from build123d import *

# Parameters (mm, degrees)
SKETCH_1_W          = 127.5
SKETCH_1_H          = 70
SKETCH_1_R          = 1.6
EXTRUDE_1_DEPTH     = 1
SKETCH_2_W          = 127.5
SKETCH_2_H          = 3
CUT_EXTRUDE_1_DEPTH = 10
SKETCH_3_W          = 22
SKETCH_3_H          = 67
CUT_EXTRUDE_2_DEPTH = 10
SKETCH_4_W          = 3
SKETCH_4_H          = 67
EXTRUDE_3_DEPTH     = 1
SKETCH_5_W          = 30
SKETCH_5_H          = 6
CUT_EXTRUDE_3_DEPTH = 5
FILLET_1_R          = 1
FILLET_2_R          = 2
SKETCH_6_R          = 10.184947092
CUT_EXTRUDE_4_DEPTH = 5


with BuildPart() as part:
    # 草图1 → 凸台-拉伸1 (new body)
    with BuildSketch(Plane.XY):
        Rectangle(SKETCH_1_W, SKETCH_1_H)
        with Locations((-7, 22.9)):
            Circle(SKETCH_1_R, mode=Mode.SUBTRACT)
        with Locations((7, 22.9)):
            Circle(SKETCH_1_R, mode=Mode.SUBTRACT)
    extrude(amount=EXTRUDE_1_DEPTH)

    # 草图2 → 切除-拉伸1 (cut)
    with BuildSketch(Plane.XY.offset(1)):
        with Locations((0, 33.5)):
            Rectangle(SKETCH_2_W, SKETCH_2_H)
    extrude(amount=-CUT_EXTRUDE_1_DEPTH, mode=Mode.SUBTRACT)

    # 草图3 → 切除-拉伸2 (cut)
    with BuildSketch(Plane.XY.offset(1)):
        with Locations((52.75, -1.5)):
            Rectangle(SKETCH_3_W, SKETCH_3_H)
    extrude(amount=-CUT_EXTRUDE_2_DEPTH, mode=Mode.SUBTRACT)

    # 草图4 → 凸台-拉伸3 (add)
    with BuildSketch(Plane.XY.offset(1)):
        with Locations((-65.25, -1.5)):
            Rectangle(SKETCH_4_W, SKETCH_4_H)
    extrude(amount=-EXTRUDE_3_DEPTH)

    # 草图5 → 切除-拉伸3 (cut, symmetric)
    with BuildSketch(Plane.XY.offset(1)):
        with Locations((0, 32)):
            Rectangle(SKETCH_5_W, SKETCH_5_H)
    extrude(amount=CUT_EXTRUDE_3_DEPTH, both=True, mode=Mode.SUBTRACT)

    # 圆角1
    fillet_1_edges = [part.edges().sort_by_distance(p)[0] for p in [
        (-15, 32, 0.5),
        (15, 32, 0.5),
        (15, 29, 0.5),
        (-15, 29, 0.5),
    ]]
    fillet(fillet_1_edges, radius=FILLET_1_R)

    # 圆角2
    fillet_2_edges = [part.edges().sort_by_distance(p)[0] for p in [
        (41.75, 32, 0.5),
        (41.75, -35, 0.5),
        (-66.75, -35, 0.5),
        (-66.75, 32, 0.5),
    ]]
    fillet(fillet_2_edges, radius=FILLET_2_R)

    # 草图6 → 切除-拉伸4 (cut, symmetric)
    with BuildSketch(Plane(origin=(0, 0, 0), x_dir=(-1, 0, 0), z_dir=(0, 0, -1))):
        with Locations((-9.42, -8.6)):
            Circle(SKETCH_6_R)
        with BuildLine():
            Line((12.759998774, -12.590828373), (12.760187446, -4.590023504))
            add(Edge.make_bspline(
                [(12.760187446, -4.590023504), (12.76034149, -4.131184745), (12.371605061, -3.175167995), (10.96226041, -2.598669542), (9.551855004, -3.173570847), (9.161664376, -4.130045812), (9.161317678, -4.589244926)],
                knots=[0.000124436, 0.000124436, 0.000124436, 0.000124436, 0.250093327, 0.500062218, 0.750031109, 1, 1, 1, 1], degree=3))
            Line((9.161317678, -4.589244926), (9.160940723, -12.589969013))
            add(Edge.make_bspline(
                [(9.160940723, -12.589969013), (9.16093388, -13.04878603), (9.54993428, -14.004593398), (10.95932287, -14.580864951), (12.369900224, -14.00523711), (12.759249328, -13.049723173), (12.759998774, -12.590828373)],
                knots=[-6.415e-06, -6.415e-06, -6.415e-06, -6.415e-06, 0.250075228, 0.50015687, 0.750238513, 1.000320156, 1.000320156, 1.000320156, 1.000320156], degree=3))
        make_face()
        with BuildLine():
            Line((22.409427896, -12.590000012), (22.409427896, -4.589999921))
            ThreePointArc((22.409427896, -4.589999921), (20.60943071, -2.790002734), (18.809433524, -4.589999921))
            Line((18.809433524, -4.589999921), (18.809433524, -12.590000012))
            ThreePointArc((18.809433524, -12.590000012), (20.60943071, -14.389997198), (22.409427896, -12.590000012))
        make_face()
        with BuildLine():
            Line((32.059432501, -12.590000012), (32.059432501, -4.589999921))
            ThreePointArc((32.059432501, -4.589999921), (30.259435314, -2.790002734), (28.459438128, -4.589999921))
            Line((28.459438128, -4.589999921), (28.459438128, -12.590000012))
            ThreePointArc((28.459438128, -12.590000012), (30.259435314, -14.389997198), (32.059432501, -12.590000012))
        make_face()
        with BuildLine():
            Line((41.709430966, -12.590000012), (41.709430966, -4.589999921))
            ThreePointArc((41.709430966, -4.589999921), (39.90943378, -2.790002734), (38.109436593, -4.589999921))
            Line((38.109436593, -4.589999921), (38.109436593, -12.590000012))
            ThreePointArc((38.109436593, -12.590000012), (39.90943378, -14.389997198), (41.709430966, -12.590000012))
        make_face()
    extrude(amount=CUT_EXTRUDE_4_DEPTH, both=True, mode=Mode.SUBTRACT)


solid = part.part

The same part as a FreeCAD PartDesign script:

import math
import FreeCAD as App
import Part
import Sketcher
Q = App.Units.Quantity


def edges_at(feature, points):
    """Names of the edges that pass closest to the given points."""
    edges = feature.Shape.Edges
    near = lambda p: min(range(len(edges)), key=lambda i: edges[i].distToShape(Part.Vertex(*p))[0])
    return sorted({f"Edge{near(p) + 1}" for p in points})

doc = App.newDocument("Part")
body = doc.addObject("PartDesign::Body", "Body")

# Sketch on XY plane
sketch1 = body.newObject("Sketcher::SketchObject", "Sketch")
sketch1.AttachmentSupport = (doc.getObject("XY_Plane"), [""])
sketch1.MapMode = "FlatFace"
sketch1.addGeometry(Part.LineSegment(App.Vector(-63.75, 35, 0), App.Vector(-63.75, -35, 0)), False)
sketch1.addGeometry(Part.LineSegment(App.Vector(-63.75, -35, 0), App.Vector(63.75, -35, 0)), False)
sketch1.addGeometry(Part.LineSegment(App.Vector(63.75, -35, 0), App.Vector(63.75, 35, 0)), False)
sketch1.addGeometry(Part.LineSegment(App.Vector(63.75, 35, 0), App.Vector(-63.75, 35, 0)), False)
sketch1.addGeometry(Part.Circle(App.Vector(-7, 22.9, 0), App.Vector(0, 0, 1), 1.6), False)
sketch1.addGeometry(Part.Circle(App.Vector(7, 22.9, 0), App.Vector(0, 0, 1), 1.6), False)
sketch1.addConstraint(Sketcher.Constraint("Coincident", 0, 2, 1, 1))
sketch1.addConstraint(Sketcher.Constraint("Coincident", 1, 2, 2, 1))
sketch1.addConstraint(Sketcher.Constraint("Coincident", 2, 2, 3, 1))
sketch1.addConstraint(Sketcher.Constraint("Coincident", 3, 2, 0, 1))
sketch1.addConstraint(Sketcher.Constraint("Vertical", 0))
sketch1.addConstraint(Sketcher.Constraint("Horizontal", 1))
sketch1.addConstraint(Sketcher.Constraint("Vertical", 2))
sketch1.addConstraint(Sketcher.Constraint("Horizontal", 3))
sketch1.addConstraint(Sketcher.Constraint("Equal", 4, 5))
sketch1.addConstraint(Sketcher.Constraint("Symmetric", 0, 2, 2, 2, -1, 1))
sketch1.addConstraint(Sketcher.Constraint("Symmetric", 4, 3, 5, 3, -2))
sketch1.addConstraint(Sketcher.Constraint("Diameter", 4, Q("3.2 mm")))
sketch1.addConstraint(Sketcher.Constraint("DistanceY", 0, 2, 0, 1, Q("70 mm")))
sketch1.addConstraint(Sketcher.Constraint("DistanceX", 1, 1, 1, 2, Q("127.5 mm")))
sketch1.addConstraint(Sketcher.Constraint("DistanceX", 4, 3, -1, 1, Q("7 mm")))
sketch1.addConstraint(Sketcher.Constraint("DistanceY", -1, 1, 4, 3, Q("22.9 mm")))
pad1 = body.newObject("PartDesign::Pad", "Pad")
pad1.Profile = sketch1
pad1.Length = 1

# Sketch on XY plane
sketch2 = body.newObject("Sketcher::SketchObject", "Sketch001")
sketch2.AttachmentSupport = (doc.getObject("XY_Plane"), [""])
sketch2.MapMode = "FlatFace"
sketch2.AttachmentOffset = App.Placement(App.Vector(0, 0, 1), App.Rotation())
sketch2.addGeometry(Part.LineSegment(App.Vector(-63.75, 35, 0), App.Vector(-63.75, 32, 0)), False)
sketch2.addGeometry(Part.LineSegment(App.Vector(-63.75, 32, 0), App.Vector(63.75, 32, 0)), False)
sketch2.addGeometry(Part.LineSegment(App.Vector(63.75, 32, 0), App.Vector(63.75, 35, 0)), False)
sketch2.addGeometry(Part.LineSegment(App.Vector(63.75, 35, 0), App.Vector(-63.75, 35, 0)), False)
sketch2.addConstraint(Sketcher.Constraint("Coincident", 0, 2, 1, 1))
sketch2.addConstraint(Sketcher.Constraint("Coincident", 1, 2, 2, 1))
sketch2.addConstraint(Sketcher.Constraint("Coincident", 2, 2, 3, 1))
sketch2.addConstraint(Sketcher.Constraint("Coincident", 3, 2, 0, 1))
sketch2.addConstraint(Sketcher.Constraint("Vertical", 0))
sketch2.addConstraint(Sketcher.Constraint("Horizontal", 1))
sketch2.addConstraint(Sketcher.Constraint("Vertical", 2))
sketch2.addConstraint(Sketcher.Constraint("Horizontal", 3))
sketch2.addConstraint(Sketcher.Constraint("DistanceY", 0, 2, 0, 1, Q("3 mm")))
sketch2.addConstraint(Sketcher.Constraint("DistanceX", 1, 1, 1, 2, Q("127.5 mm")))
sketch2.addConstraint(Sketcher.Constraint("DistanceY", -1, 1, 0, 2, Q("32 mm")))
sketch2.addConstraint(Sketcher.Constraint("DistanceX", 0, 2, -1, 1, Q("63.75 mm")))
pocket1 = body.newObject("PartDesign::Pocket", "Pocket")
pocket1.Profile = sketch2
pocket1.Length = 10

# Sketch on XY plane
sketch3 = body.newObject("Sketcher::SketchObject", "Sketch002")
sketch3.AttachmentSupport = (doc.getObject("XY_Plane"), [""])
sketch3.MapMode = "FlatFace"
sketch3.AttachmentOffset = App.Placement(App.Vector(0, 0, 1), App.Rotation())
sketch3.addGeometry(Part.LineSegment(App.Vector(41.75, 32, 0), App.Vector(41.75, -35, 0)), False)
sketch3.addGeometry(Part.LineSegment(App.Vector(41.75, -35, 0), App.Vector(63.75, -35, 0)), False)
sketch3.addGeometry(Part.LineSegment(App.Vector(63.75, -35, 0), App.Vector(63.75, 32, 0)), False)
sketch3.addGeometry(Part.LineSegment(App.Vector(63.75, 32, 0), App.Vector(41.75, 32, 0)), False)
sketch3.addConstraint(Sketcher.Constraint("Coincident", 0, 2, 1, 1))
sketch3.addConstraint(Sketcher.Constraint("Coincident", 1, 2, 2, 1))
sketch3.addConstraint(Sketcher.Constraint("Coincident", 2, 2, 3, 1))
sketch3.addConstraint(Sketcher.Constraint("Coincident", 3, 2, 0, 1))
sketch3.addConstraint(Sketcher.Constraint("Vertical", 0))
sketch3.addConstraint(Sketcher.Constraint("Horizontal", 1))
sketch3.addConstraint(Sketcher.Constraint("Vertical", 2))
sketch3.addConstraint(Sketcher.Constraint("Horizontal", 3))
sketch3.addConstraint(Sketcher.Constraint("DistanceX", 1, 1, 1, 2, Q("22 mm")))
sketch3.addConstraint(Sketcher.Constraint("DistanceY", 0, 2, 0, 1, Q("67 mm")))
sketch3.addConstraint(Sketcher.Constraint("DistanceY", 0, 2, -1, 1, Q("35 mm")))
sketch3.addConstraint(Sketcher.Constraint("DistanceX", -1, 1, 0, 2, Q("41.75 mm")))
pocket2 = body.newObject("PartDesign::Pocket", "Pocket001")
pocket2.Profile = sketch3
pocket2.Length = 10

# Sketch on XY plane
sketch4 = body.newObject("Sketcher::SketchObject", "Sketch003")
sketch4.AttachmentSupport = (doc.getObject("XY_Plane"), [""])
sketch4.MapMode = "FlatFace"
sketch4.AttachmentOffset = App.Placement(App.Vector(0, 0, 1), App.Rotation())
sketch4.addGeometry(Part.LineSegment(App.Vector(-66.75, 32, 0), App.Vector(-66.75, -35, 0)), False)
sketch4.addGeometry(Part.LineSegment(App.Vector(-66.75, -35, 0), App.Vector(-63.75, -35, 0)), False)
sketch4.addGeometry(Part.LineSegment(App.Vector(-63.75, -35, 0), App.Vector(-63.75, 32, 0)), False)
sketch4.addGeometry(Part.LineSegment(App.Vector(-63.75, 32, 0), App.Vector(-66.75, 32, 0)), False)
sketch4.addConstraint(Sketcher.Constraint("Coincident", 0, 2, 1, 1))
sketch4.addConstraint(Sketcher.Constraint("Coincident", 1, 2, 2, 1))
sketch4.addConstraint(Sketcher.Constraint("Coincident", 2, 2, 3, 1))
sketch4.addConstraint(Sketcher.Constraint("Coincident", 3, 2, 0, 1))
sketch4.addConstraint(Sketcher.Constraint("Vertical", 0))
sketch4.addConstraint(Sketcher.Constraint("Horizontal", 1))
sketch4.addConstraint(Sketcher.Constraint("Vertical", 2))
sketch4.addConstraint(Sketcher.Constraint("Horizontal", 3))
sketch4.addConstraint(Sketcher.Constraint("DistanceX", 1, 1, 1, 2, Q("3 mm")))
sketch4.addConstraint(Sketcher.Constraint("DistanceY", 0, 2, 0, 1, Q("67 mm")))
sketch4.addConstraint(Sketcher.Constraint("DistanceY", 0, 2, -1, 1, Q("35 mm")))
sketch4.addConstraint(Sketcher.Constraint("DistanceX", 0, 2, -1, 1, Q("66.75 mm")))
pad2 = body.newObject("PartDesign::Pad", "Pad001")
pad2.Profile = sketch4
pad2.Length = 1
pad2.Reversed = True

» **DESCRIPTION OF THE TASK**
Please state how many lines in the entries above include the word "SUBTRACT", giving only the number.

» **RESULT OF THIS EXERCISE**
6